Metamath Proof Explorer

Theorem cotval

Description: Value of the cotangent function. (Contributed by David A. Wheeler, 14-Mar-2014)

Ref Expression
Assertion cotval 
|- ( ( A e. CC /\ ( sin ` A ) =/= 0 ) -> ( cot ` A ) = ( ( cos ` A ) / ( sin ` A ) ) )

Proof

Step Hyp Ref Expression
1 fveq2 
 |-  ( y = A -> ( sin ` y ) = ( sin ` A ) )
2 1 neeq1d 
 |-  ( y = A -> ( ( sin ` y ) =/= 0 <-> ( sin ` A ) =/= 0 ) )
3 2 elrab 
 |-  ( A e. { y e.

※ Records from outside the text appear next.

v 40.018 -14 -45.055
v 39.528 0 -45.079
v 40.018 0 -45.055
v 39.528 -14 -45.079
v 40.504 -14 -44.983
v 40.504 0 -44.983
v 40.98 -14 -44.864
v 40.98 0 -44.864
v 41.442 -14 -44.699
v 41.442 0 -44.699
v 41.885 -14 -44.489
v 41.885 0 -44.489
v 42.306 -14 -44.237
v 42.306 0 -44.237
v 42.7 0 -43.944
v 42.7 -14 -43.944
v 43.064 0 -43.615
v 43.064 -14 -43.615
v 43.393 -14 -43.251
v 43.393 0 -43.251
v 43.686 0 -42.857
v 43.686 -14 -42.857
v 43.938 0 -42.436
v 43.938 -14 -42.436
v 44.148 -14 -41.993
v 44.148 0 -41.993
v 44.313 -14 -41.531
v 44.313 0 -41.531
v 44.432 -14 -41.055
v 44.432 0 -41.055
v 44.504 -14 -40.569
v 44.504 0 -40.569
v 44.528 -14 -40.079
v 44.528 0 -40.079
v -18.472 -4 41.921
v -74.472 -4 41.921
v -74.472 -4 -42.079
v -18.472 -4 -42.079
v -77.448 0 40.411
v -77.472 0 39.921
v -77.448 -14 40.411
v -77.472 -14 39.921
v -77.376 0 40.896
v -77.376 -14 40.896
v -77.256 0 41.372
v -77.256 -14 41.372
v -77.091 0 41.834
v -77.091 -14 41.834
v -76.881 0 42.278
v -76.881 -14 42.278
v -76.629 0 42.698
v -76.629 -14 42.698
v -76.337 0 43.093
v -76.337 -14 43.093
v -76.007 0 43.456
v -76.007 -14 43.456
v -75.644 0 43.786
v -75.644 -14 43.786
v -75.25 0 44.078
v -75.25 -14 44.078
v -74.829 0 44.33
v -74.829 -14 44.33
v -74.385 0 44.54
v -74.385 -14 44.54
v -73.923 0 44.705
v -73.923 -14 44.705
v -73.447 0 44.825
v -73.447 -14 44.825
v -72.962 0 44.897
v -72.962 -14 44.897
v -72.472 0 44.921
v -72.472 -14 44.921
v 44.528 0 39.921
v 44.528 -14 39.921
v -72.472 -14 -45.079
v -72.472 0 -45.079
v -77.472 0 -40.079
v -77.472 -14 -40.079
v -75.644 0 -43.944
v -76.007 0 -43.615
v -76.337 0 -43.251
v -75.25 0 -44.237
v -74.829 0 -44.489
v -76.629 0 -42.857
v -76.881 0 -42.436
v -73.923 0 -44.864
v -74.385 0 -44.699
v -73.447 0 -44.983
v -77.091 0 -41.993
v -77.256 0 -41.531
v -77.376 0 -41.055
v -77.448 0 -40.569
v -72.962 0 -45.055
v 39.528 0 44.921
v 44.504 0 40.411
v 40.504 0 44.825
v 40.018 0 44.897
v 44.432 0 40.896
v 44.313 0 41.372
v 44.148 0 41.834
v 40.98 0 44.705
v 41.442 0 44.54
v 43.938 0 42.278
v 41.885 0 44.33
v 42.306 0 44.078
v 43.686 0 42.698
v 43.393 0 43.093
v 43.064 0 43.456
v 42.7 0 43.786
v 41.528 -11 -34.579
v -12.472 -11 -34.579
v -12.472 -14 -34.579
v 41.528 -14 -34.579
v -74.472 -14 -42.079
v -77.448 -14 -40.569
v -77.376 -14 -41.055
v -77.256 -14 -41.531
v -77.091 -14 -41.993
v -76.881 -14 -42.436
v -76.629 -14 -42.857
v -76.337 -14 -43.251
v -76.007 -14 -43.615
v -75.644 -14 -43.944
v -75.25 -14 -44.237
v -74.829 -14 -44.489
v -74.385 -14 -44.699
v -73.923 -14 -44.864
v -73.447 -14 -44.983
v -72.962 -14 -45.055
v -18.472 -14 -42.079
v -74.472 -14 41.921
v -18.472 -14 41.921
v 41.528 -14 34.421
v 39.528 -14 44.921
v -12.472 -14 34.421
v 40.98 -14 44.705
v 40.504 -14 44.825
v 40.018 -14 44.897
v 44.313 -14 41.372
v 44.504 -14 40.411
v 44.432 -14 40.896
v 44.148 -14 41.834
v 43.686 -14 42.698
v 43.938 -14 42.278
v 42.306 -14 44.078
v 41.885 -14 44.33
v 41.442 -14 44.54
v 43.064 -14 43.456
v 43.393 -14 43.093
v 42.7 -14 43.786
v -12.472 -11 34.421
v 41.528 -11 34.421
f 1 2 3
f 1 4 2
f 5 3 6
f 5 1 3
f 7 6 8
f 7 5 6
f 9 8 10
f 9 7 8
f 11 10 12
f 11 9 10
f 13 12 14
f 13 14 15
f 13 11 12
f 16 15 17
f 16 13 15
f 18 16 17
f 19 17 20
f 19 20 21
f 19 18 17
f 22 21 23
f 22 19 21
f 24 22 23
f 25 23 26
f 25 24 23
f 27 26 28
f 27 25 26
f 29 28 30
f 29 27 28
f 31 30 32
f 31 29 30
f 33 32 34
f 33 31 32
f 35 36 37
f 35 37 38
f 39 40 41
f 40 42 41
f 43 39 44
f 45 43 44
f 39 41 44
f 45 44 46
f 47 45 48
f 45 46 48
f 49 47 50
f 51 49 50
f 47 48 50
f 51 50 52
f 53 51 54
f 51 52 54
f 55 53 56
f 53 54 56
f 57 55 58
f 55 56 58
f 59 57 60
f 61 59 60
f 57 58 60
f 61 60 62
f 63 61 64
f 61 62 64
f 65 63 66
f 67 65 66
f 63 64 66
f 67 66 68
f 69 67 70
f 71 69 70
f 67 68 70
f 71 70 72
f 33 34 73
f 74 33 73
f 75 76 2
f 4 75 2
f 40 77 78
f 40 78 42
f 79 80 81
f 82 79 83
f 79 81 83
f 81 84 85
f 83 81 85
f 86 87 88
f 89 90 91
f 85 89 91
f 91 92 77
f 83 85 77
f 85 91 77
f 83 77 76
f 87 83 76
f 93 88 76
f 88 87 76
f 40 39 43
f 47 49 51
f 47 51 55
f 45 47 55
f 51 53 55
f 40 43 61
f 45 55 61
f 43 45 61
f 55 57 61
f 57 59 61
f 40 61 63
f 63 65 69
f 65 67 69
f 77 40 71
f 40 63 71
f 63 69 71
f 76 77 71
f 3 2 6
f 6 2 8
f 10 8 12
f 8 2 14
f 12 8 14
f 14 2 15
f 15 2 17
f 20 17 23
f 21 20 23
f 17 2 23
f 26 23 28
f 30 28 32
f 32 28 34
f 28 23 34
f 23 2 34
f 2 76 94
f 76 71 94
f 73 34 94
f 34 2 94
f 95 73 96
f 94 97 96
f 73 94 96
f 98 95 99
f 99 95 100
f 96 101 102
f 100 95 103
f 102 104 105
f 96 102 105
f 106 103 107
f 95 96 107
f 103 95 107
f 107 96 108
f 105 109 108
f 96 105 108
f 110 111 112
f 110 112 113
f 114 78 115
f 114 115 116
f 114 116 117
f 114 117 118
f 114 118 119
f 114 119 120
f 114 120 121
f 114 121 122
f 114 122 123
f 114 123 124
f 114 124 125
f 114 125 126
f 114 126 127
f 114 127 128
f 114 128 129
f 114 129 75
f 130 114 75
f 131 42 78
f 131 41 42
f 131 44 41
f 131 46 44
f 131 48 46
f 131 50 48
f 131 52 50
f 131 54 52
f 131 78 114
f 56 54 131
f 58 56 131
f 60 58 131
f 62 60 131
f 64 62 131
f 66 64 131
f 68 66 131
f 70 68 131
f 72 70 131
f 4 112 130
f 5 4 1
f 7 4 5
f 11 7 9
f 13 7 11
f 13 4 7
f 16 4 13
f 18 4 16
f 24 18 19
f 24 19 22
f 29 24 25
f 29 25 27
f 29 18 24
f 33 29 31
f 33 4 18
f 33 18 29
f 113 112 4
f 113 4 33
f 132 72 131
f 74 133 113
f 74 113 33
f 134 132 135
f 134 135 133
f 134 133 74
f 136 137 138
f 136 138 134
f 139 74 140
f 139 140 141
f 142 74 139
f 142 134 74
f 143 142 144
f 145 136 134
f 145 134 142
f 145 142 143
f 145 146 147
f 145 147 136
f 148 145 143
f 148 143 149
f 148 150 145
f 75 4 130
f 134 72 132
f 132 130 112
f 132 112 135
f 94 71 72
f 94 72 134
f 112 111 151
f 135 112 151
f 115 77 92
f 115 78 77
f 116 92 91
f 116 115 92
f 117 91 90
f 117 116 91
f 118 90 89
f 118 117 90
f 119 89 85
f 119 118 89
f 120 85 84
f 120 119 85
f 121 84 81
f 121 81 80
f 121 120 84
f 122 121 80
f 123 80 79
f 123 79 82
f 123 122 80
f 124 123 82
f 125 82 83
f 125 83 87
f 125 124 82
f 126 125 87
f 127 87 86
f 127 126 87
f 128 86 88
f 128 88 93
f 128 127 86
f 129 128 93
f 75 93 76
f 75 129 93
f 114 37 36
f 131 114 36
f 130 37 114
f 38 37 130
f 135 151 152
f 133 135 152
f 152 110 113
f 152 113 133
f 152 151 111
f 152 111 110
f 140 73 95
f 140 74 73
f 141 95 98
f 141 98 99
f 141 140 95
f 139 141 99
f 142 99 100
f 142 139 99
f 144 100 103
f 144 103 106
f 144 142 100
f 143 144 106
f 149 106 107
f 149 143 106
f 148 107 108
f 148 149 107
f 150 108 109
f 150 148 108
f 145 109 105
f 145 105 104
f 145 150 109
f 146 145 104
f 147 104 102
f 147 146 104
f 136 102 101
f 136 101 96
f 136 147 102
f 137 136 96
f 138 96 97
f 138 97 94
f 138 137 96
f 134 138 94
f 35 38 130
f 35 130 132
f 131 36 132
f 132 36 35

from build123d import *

# Parameters (mm, degrees)
F0_W     = 122
F0_H     = 90
F0_W_2   = 56
F0_H_2   = 84
F0_W_3   = 54
F0_H_3   = 69
F1_DEPTH = 14
F2_DEPTH = 4
F3_DEPTH = 11
F4_R     = 5


with BuildPart() as f1:
    # F0 (on Front) → F1 (new body)
    with BuildSketch(Plane.XZ):
        with Locations((-16.471726, -0.079399)):
            Rectangle(F0_W, F0_H)
        with Locations((-46.471726, -0.079399)):
            Rectangle(F0_W_2, F0_H_2, mode=Mode.SUBTRACT)
        with Locations((14.528274, -0.079399)):
            Rectangle(F0_W_3, F0_H_3, mode=Mode.SUBTRACT)
    extrude(amount=F1_DEPTH)

    # F0 (on Front) → F2 (join)
    with BuildSketch(Plane.XZ):
        with Locations((-46.471726, -0.079399)):
            Rectangle(F0_W_2, F0_H_2)
    extrude(amount=F2_DEPTH)

    # F0 (on Front) → F3 (join)
    with BuildSketch(Plane.XZ):
        with Locations((14.528274, -0.079399)):
            Rectangle(F0_W_3, F0_H_3)
    extrude(amount=F3_DEPTH)

    # F4
    f4_edges = [f1.edges().sort_by_distance(p)[0] for p in [
        (-77.471726, -7, -45.079399),
        (44.528274, -7, -45.079399),
        (44.528274, -7, 44.920601),
        (-77.471726, -7, 44.920601),
    ]]
    fillet(f4_edges, radius=F4_R)


solid = f1.part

CC | ( sin ` y ) =/= 0 } <-> ( A e. CC /\ ( sin ` A ) =/= 0 ) )
4 fveq2 
 |-  ( x = A -> ( cos ` x ) = ( cos ` A ) )
5 fveq2 
 |-  ( x = A -> ( sin ` x ) = ( sin ` A ) )
6 4 5 oveq12d 
 |-  ( x = A -> ( ( cos ` x ) / ( sin ` x ) ) = ( ( cos ` A ) / ( sin ` A ) ) )
7 df-cot 
 |-  cot = ( x e. { y e. CC | ( sin ` y ) =/= 0 } |-> ( ( cos ` x ) / ( sin ` x ) ) )
8 ovex 
 |-  ( ( cos ` A ) / ( sin ` A ) ) e. _V
9 6 7 8 fvmpt 
 |-  ( A e. { y e. CC | ( sin ` y ) =/= 0 } -> ( cot ` A ) = ( ( cos ` A ) / ( sin ` A ) ) )
10 3 9 sylbir 
 |-  ( ( A e. CC /\ ( sin ` A ) =/= 0 ) -> ( cot ` A ) = ( ( cos ` A ) / ( sin ` A ) ) )